Metadata-Version: 2.4
Name: glossapi
Version: 0.0.10
Summary: A library for processing academic texts in Greek and other languages
Author-email: GlossAPI Team <foivos@example.com>
License: European Union Public Licence 1.2 (EUPL 1.2)
Project-URL: Repository, https://github.com/eellak/glossAPI
Classifier: Programming Language :: Python :: 3
Classifier: License :: OSI Approved :: European Union Public Licence 1.2 (EUPL 1.2)
Classifier: Operating System :: OS Independent
Classifier: Development Status :: 3 - Alpha
Requires-Python: >=3.8
Description-Content-Type: text/markdown
Requires-Dist: docling
Requires-Dist: pandas
Requires-Dist: numpy
Requires-Dist: scikit-learn
Requires-Dist: joblib
Requires-Dist: dask
Requires-Dist: pyarrow
Requires-Dist: ftfy
Requires-Dist: tenacity

# GlossAPI

[![Release Version](https://img.shields.io/github/v/release/eellak/glossAPI)](https://github.com/eellak/glossAPI/releases)
[![PyPI Status](https://img.shields.io/pypi/v/glossapi?logo=pypi)](https://pypi.org/project/glossapi/)

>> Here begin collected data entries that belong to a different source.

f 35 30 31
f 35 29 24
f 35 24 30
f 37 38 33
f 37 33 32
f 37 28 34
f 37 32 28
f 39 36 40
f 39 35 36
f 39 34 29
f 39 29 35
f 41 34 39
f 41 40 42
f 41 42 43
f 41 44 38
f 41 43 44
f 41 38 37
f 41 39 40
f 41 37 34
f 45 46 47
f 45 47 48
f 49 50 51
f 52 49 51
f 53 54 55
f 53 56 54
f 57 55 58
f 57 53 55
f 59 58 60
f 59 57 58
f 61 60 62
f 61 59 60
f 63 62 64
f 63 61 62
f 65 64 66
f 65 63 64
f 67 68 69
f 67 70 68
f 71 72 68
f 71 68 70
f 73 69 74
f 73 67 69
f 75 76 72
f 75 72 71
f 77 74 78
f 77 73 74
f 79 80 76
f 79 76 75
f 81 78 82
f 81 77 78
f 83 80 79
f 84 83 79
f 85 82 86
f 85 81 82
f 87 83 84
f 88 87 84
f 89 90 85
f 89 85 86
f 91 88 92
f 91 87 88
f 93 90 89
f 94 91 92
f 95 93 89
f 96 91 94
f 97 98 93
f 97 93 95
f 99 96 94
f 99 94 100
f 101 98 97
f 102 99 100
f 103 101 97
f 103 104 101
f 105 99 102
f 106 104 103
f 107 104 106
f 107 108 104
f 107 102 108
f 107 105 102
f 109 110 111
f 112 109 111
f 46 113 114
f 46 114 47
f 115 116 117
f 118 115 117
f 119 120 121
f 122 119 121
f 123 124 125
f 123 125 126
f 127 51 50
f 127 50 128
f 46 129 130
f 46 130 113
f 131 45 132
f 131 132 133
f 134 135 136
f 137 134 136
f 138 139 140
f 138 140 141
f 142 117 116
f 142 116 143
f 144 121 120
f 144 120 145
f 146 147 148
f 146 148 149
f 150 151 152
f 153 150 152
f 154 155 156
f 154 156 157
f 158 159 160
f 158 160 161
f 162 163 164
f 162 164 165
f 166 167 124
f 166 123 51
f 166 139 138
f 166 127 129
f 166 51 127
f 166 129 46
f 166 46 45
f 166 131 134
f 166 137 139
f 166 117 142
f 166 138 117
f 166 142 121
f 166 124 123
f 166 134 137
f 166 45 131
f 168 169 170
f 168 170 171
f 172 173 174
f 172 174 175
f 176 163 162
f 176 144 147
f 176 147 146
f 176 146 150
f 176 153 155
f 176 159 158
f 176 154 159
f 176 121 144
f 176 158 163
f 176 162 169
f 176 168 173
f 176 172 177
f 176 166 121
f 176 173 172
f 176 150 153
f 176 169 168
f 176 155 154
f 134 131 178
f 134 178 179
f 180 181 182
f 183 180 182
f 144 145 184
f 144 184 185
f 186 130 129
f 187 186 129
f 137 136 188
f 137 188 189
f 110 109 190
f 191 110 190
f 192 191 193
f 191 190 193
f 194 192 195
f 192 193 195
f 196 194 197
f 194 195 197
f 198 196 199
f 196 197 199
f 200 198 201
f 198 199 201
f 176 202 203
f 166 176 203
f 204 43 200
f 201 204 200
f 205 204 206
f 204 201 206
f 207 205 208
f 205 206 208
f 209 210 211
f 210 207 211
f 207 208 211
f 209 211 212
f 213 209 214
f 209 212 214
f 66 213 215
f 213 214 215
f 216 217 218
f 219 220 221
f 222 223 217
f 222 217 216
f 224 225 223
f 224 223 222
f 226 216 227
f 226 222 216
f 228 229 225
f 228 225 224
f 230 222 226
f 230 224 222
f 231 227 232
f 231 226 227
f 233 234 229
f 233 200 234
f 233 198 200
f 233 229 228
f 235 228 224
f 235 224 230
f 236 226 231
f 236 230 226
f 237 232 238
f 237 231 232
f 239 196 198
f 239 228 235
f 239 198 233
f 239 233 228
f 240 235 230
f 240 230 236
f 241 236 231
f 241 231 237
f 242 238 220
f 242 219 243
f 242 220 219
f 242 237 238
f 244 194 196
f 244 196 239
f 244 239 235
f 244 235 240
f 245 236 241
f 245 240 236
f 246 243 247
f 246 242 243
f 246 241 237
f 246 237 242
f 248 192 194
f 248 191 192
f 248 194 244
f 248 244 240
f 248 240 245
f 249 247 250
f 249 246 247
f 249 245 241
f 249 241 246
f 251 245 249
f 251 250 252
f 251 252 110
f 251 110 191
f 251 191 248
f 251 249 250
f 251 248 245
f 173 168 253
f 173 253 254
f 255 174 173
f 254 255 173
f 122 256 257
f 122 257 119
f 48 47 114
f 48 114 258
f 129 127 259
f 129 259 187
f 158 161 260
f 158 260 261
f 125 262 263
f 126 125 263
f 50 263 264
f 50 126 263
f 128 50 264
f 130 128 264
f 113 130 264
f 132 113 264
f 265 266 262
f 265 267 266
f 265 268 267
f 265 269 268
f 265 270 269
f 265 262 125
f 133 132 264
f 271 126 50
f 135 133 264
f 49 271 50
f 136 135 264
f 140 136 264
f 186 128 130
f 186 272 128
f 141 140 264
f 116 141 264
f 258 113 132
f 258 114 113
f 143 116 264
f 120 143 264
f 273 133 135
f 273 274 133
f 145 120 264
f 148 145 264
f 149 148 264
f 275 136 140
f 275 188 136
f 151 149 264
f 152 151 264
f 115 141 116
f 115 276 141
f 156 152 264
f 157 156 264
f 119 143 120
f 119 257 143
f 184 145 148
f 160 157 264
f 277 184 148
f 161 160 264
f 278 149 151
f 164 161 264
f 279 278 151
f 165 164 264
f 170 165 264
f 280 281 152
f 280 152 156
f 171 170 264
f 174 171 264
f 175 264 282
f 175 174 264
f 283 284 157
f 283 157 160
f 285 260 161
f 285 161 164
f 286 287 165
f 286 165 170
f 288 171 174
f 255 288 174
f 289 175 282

A library for processing academic texts in Greek and other languages, developed by [ΕΕΛΛΑΚ](https://eellak.gr/).

## Features

- **Document Processing**: Extract text content from academic PDFs, DOCX, XML, HTML, and other formats with structure preservation
- **Robust Batch Processing**: Process documents in batches with error isolation and automatic resumption
- **Quality Control**: Filter and cluster documents based on extraction quality
- **Section Extraction**: Identify and extract academic sections from documents
- **Section Classification**: Classify sections using machine learning models
- **Greek Language Support**: Specialized processing for Greek academic texts
- **Metadata Handling**: Process academic texts with accompanying metadata
- **Customizable Annotation**: Map section titles to standardized categories

## Installation

```bash
pip install glossapi==0.0.9
```

## Usage

The recommended way to use GlossAPI is through the `Corpus` class, which provides a complete pipeline for processing academic documents:

```python
from glossapi import Corpus
import logging

# Configure logging (optional)
logging.basicConfig(level=logging.INFO)

# Initialize Corpus with input and output directories
corpus = Corpus(
    input_dir="/path/to/documents",
    output_dir="/path/to/output"
    # metadata_path="/path/to/metadata.parquet",  # Optional
    # annotation_mapping={
    #     'Κεφάλαιο': 'chapter',
    #     # Add more mappings as needed
    # }
)

# Step 1: Extract documents (quality control)
corpus.extract()

# Step 2: Extract sections from filtered documents
corpus.section()

# Step 3: Classify and annotate sections
corpus.annotate()
```

## License

This project is licensed under the European Union Public Licence 1.2 (EUPL 1.2).